Reconstituted γ-Secretase Assays Using HeLa Cell Membranes and a Tandem Affinity-Purified (TAP) Protein−γ-Secretase Complex

In vitro γ-secretase assays capable of detecting the generation of Aβ42 and Aβ40 from a truncated, biotinylated APP artificial substrate (APP Sb4) were conducted using either γ-secretase-enriched HeLa cell membrane preparations or TAP protein−γ-secretase isolated complexes exactly as described previously.[19,21]In vitro γ-secretase assays capable of detecting NICD from a truncated biotinylated Notch 1 artificial substrate (N1-Sb1) were conducted using both the TAP protein−γ-secretase subunit-containing complexes and γ-secretase-enriched HeLa cell membranes as described previously.[19,22]

Results

Heterocycle Substitutions of Phenyl Rings in AGSMs Provide Compounds with a Broad Range of Physicochemical Properties and Potencies for Inhibiting the Production of Aβ42 and Aβ40

The key structural features of aryl aminothiazole γ-secretase modulators (AGSMs) versus heterocycle-containing or soluble γ-secretase modulators (SGSMs) are schematically illustrated below (Figure 1). Kinetic solubility measurements for a number of aryl aminothiazole AGSMs described previously[19] were below the limits of detection (<0.1 μM) regardless of which method of detection was utilized (S. L. Wagner, data not shown). These compounds were focused around diarylimidazoles with an aminothiazole linker (C ring).[19] SGSMs were synthesized utilizing specific heterocycle substitutions replacing the phenyl B rings and D rings of the AGSMs to improve aqueous solubilities while retaining good potencies. Twenty structurally related SGSMs were synthesized and characterized using the assays described and depicted in Table 1 and Figure 2. ClogP values as low as 3.3 and as high as 5.7 were calculated for the 20 SGSM compounds. Kinetic solubility measurements using the chemiluminescent nitrogen detection (CLND) method from DMSO stock solutions were very similar between those performed at pH 6.6 or 7.4. In addition, kinetic solubility measurements for several SGSM compounds were conducted using an ultraviolet (UV) detection method. In the few circumstances where UV detection and CLND methods were compared (compounds 31, 36, and 38), UV detection gave slightly lower estimates of kinetic solubility than did the CLND method (Table 1). In summary, the various B ring and D ring heterocycle substitutions resulted in compounds containing a broad spectrum of kinetic solubilities ranging from 18.4 to ≤1.6 μM (the lower limit of detection for the UV method). The vast majority had kinetic solubilities (regardless of the method of detection) significantly higher than those of the AGSM series.

Figure 1

Schematic illustration of the key structural features of AGSMs vs SGSMs. Synthesis of SGSMs was achieved by replacing the phenyl D ring and/or B ring of AGSMs with a variety of different heterocycles.

Table 1

Chemical Structures, Physicochemical Properties, and in Vitro Potencies for Novel Soluble γ-Secretase Modulators

Figure 2

Representative concentration response curves depicting effects of two SGSMs (compounds 36 and 49) on steady state levels of specific Aβ peptide variants and total Aβ peptide levels secreted by SHSY5Y-APP cells treated for 24 h with various concentrations of either SGSM 36, SGSM 49, or vehicle (DMSO). Individual Aβ peptide variants (Aβ42, Aβ40, and Aβ38) and total Aβ peptide levels were quantitated using MesoScale Sector 6000 multiplex technology and sandwich ELISAs, respectively. IC50 values were derived using four-parameter fit nonlinear regression analyses.

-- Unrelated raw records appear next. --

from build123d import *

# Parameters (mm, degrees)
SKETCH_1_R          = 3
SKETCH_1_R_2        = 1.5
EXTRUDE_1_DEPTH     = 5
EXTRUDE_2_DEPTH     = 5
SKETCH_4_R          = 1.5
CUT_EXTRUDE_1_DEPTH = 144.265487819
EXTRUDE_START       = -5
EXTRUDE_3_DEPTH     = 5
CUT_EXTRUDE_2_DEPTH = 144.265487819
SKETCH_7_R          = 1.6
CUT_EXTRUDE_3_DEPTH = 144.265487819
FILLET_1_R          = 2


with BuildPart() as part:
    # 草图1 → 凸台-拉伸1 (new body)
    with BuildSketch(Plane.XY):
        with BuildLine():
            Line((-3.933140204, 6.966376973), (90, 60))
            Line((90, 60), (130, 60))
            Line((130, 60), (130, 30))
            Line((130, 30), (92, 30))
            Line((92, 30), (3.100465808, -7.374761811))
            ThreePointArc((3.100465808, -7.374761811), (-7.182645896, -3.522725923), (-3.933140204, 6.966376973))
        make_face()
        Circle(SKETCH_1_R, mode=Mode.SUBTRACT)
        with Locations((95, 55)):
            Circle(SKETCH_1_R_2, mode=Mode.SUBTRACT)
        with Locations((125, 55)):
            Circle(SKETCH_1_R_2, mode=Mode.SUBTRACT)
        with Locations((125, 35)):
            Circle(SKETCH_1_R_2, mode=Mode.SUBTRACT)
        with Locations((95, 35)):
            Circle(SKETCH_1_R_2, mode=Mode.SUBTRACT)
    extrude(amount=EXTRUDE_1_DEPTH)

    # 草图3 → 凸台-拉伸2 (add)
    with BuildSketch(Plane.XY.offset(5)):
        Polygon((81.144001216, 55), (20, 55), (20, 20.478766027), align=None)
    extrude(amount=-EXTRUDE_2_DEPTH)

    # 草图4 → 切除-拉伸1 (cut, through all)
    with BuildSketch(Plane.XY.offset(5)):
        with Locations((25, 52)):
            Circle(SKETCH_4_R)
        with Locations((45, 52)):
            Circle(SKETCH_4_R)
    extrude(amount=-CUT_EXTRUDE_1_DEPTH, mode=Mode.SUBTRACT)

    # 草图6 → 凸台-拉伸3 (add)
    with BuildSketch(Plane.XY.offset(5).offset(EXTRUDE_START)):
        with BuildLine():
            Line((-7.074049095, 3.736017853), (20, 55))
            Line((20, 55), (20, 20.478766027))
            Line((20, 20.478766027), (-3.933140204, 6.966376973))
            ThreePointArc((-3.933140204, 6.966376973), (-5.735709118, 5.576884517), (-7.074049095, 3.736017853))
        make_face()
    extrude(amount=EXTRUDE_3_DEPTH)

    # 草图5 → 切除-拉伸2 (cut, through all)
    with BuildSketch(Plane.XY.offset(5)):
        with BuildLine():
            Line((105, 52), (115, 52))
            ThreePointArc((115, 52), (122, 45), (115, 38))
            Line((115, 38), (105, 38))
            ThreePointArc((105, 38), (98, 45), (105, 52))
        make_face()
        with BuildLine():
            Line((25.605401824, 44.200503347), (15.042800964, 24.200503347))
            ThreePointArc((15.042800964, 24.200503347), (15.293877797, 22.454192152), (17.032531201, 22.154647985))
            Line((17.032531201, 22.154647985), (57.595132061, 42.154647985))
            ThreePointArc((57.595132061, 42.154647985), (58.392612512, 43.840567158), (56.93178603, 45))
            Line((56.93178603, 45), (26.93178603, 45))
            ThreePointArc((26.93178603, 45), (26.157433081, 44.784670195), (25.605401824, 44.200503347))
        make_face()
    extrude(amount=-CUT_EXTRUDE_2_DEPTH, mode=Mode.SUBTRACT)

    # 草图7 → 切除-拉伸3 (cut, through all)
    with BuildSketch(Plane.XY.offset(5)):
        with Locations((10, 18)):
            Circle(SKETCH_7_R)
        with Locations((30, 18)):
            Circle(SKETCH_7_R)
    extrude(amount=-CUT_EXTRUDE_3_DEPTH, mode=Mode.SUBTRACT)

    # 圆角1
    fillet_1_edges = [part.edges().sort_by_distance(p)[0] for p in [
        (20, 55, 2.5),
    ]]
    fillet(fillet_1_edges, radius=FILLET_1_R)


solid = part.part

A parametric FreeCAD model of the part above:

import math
import FreeCAD as App
import Part
import Sketcher
from FreeCAD import Vector
Q = App.Units.Quantity


def edges_at(feature, points):
    """Names of the edges that pass closest to the given points."""
    edges = feature.Shape.Edges
    near = lambda p: min(range(len(edges)), key=lambda i: edges[i].distToShape(Part.Vertex(*p))[0])
    return sorted({f"Edge{near(p) + 1}" for p in points})


def add_polygon(sketch, points):
    """Adds a closed chain of lines whose ends are joined by coincident constraints."""
    first, n = sketch.GeometryCount, len(points)
    for a, b in zip(points, points[1:] + points[:1]):
        sketch.addGeometry(Part.LineSegment(App.Vector(*a, 0), App.Vector(*b, 0)), False)
    for i in range(n):
        sketch.addConstraint(Sketcher.Constraint("Coincident", first + i, 2, first + (i + 1) % n, 1))

doc = App.newDocument("Part")
body = doc.addObject("PartDesign::Body", "Body")

sketch1 = body.newObject("Sketcher::SketchObject", "Sketch")
sketch1.AttachmentSupport = (doc.getObject("XY_Plane"), [""])
sketch1.MapMode = "FlatFace"
sketch1.addGeometry([
    Part.LineSegment(Vector(90, 60, 0), Vector(-3.9, 7, 0)),
    Part.ArcOfCircle(Part.Circle(Vector(0, 0, 0), Vector(0, 0, 1), 8), math.radians(119), math.radians(293)),
    Part.LineSegment(Vector(3.1, -7.4, 0), Vector(92, 30, 0)),
    Part.LineSegment(Vector(92, 30, 0), Vector(130, 30, 0)),
    Part.LineSegment(Vector(130, 30, 0), Vector(130, 60, 0)),
    Part.LineSegment(Vector(130, 60, 0), Vector(90, 60, 0)),
    Part.Circle(Vector(0, 0, 0), Vector(0, 0, 1), 3),
    Part.Circle(Vector(125, 35, 0), Vector(0, 0, 1), 1.5),
    Part.Circle(Vector(95, 35, 0), Vector(0, 0, 1), 1.5),
    Part.Circle(Vector(125, 55, 0), Vector(0, 0, 1), 1.5),
    Part.Circle(Vector(95, 55, 0), Vector(0, 0, 1), 1.5),
], False)
sketch1.addConstraint([
    Sketcher.Constraint("Tangent", 0, 2, 1, 1),
    Sketcher.Constraint("Tangent", 1, 2, 2, 1),
    Sketcher.Constraint("Coincident", 2, 2, 3, 1),
    Sketcher.Constraint("Coincident", 3, 2, 4, 1),
    Sketcher.Constraint("Coincident", 4, 2, 5, 1),
    Sketcher.Constraint("Coincident", 5, 2, 0, 1),
    Sketcher.Constraint("Horizontal", 3),
    Sketcher.Constraint("Vertical", 4),
    Sketcher.Constraint("Horizontal", 5),
    Sketcher.Constraint("Coincident", 1, 3, -1, 1),
    Sketcher.Constraint("Coincident", 6, 3, -1, 1),
    Sketcher.Constraint("Equal", 7, 8),
    Sketcher.Constraint("Equal", 8, 9),
    Sketcher.Constraint("Equal", 9, 10),
    Sketcher.Constraint("Horizontal", 7, 3, 8, 3),
    Sketcher.Constraint("Horizontal", 9, 3, 10, 3),
    Sketcher.Constraint("Vertical", 7, 3, 9, 3),
    Sketcher.Constraint("Vertical", 8, 3, 10, 3),
    Sketcher.Constraint("Diameter", 6, Q("6 mm")),
    Sketcher.Constraint("Diameter", 7, Q("3 mm")),
    Sketcher.Constraint("Radius", 1, Q("8 mm")),
    Sketcher.Constraint("DistanceX", 3, 1, 3, 2, Q("38 mm")),
    Sketcher.Constraint("DistanceX", 5, 2, 5, 1, Q("40 mm")),
    Sketcher.Constraint("DistanceY", 4, 1, 4, 2, Q("30 mm")),
    Sketcher.Constraint("DistanceX", -1, 1, 7, 3, Q("125 mm")),
    Sketcher.Constraint("DistanceY", -1, 1, 7, 3, Q("35 mm")),
    Sketcher.Constraint("DistanceX", -1, 1, 8, 3, Q("95 mm")),
    Sketcher.Constraint("DistanceY", -1, 1, 9, 3, Q("55 mm")),
    Sketcher.Constraint("DistanceX", -1, 1, 2, 2, Q("92 mm")),
    Sketcher.Constraint("DistanceY", -1, 1, 2, 2, Q("30 mm")),
])
pad1 = body.newObject("PartDesign::Pad", "Pad")
pad1.Profile = sketch1
pad1.Length = 5

sketch2 = body.newObject("Sketcher::SketchObject", "Sketch001")
sketch2.AttachmentSupport = (doc.getObject("XY_Plane"), [""])
sketch2.MapMode = "FlatFace"
sketch2.AttachmentOffset = App.Placement(Vector(0, 0, 5), App.Rotation())
add_polygon(sketch2, [(81, 55), (20, 55), (20, 20)])
sketch2.addConstraint([
    Sketcher.Constraint("Horizontal", 0),
    Sketcher.Constraint("Vertical", 1),
    Sketcher.Constraint("DistanceX", -1, 1, 0, 2, Q("20 mm")),
    Sketcher.Constraint("DistanceY", -1, 1, 0, 2, Q("55 mm")),
    Sketcher.Constraint("DistanceX", 0, 2, 0, 1, Q("61.144001 mm")),
    Sketcher.Constraint("DistanceY", 1, 2, 1, 1, Q("34.521234 mm")),
])
pad2 = body.newObject("PartDesign::Pad", "Pad001")
pad2.Profile = sketch2
pad2.Length = 5
pad2.Reversed = True

sketch3 = body.newObject("Sketcher::SketchObject", "Sketch002")
sketch3.AttachmentSupport = (doc.getObject("XY_Plane"), [""])
sketch3.MapMode = "FlatFace"
sketch3.AttachmentOffset = App.Placement(Vector(0, 0, 5), App.Rotation())
sketch3.addGeometry([
    Part.Circle(Vector(25, 52, 0), Vector(0, 0, 1), 1.5),
    Part.Circle(Vector(45, 52, 0), Vector(0, 0, 1), 1.5),
], False)
sketch3.addConstraint([
    Sketcher.Constraint("Equal", 0, 1),
    Sketcher.Constraint("Horizontal", 0, 3, 1, 3),
    Sketcher.Constraint("Diameter", 0, Q("3 mm")),
    Sketcher.Constraint("DistanceX", -1, 1, 0, 3, Q("25 mm")),
    Sketcher.Constraint("DistanceY", -1, 1, 0, 3, Q("52 mm")),
    Sketcher.Constraint("DistanceX", -1, 1, 1, 3, Q("45 mm")),
])
pocket1 = body.newObject("PartDesign::Pocket", "Pocket")
pocket1.Profile = sketch3
pocket1.Type = "ThroughAll"

sketch4 = body.newObject("Sketcher::SketchObject", "Sketch003")
sketch4.AttachmentSupport = (doc.getObject("XY_Plane"), [""])
sketch4.MapMode = "FlatFace"
sketch4.addGeometry([
    Part.LineSegment(Vector(20, 55, 0), Vector(-7.1, 3.7, 0)),
    Part.ArcOfCircle(Part.Circle(Vector(0, 0, 0), Vector(0, 0, 1), 8), math.radians(119), math.radians(152)),
    Part.LineSegment(Vector(-3.9, 7, 0), Vector(20, 20.5, 0)),
    Part.LineSegment(Vector(20, 20.5, 0), Vector(20, 55, 0)),
], False)
sketch4.addConstraint([
    Sketcher.Constraint("Tangent", 0, 2, 1, 2),
    Sketcher.Constraint("Tangent", 1, 1, 2, 1),
    Sketcher.Constraint("Coincident", 2, 2, 3, 1),
    Sketcher.Constraint("Coincident", 3, 2, 0, 1),
    Sketcher.Constraint("Vertical", 3),
    Sketcher.Constraint("Coincident", 1, 3, -1, 1),
    Sketcher.Constraint("Radius", 1, Q("8 mm")),
    Sketcher.Constraint("DistanceX", -1, 1, 2, 2, Q("20 mm")),
    Sketcher.Constraint("DistanceY", -1, 1, 3, 2, Q("55 mm")),
    Sketcher.Constraint("DistanceY", 3, 1, 3, 2, Q("34.521234 mm")),
])
pad3 = body.newObject("PartDesign::Pad", "Pad002")
pad3.Profile = sketch4
pad3.Length = 5

sketch5 = body.newObject("Sketcher::SketchObject", "Sketch004")
sketch5.AttachmentSupport = (doc.getObject("XY_Plane"), [""])
sketch5.MapMode = "FlatFace"
sketch5.AttachmentOffset = App.Placement(Vector(0, 0, 5), App.Rotation())
sketch5.addGeometry([
    Part.LineSegment(Vector(115, 52, 0), Vector(105, 52, 0)),
    Part.ArcOfCircle(Part.Circle(Vector(105, 45, 0), Vector(0, 0, 1), 7), math.radians(90), math.radians(270)),
    Part.LineSegment(Vector(105, 38, 0), Vector(115, 38, 0)),
    Part.ArcOfCircle(Part.Circle(Vector(115, 45, 0), Vector(0, 0, 1), 7), math.radians(-90), math.radians(90)),
    Part.LineSegment(Vector(25.6, 44.2, 0), Vector(15, 24.2, 0)),
    Part.ArcOfCircle(Part.Circle(Vector(16.4, 23.5, 0), Vector(0, 0, 1), 1.5), math.radians(152), math.radians(296)),
    Part.LineSegment(Vector(17, 22.2, 0), Vector(57.6, 42.2, 0)),
    Part.ArcOfCircle(Part.Circle(Vector(56.9, 43.5, 0), Vector(0, 0, 1), 1.5), math.radians(-64), math.radians(90)),
    Part.LineSegment(Vector(56.9, 45, 0), Vector(26.9, 45, 0)),
    Part.ArcOfCircle(Part.Circle(Vector(26.9, 43.5, 0), Vector(0, 0, 1), 1.5), math.radians(90), math.radians(152)),
], False)
sketch5.addConstraint([
    Sketcher.Constraint("Tangent", 0, 2, 1, 1),
    Sketcher.Constraint("Tangent", 1, 2, 2, 1),
    Sketcher.Constraint("Tangent", 2, 2, 3, 1),
    Sketcher.Constraint("Tangent", 3, 2, 0, 1),
    Sketcher.Constraint("Tangent", 4, 2, 5, 1),
    Sketcher.Constraint("Tangent", 5, 2, 6, 1),
    Sketcher.Constraint("Tangent", 6, 2, 7, 1),
    Sketcher.Constraint("Tangent", 7, 2, 8, 1),
    Sketcher.Constraint("Tangent", 8, 2, 9, 1),
    Sketcher.Constraint("Tangent", 9, 2, 4, 1),
    Sketcher.Constraint("Horizontal", 0),
    Sketcher.Constraint("Horizontal", 2),
    Sketcher.Constraint("Horizontal", 8),
    Sketcher.Constraint("Equal", 5, 7),
    Sketcher.Constraint("Equal", 7, 9),
    Sketcher.Constraint("Horizontal", 3, 3, 7, 2),
    Sketcher.Constraint("Radius", 1, Q("7 mm")),
    Sketcher.Constraint("Radius", 5, Q("1.5 mm")),
    Sketcher.Constraint("DistanceX", 0, 2, 0, 1, Q("10 mm")),
    Sketcher.Constraint("DistanceX", 8, 2, 8, 1, Q("30 mm")),
    Sketcher.Constraint("DistanceX", -1, 1, 1, 3, Q("105 mm")),
    Sketcher.Constraint("DistanceY", -1, 1, 1, 3, Q("45 mm")),
    Sketcher.Constraint("DistanceY", 5, 3, 7, 3, Q("20 mm")),
    Sketcher.Constraint("DistanceX", -1, 1, 4, 2, Q("15.042801 mm")),
    Sketcher.Constraint("DistanceX", -1, 1, 9, 2, Q("25.605402 mm")),
])
pocket2 = body.newObject("PartDesign::Pocket", "Pocket001")
pocket2.Profile = sketch5
pocket2.Type = "ThroughAll"

sketch6 = body.newObject("Sketcher::SketchObject", "Sketch005")
sketch6.AttachmentSupport = (doc.getObject("XY_Plane"), [""])
sketch6.MapMode = "FlatFace"
sketch6.AttachmentOffset = App.Placement(Vector(0, 0, 5), App.Rotation())
sketch6.addGeometry([
    Part.Circle(Vector(10, 18, 0), Vector(0, 0, 1), 1.6),
    Part.Circle(Vector(30, 18, 0), Vector(0, 0, 1), 1.6),
], False)
sketch6.addConstraint([
    Sketcher.Constraint("Equal", 0, 1),
    Sketcher.Constraint("Horizontal", 0, 3, 1, 3),
    Sketcher.Constraint("Diameter", 0, Q("3.2 mm")),
    Sketcher.Constraint("DistanceX", -1, 1, 0, 3, Q("10 mm")),
    Sketcher.Constraint("DistanceY", -1, 1, 0, 3, Q("18 mm")),
    Sketcher.Constraint("DistanceX", -1, 1, 1, 3, Q("30 mm")),
])
pocket3 = body.newObject("PartDesign::Pocket", "Pocket002")
pocket3.Profile = sketch6
pocket3.Type = "ThroughAll"
doc.recompute()

fillet = body.newObject("PartDesign::Fillet", "Fillet")
fillet.Base = (pocket3, edges_at(pocket3, [(20, 55, 2.5)]))
fillet.Radius = 2

doc.recompute()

Structure–Activity Relationships (SARs) within the B Ring and D Ring of SGSMs

The various B ring and D ring substitutions also led to a wide range of potencies for the inhibition of Aβ42 production. These IC50 values were determined with highly reproducible cell-based assays utilizing a human SHSY5Y neuroblastoma cell line stably overexpressing the wild-type human APP751 amino acid isoform (SHSY5Y-APP)[19] and were derived from 10-point concentration response curves (in duplicate at each concentration) using a four-parameter fit nonlinear regression analysis following a 24 h treatment with either compound or vehicle. The assays were required to demonstrate a Z′ score of ≥0.5 and to have a test–retest reliability with an r2 of ≥0.75 for the 20 SGSM compounds representing a broad range of potencies (IC50 values for inhibiting the production of Aβ42 ranging from ∼1.3 μM to 30 nM).

The structure–activity relationships (SARs) with respect to the heterocycle substitutions in the D ring, for compounds containing a fluorophenyl B ring (compounds 28, 46, 48, and 36), showed that substitution of either an ethyl (36), n-propyl (48), or isopropyl (46) group for the methyl group (28) at position 1 of the pyrazole D ring led to a 3-fold increase in potency (compare compound 28 to compounds 36, 46, and 48). These same pyrazole D ring substitutions did not have any effects on potencies for compounds containing the methoxyphenyl B ring (compare compounds 43, 29, 45, and 37).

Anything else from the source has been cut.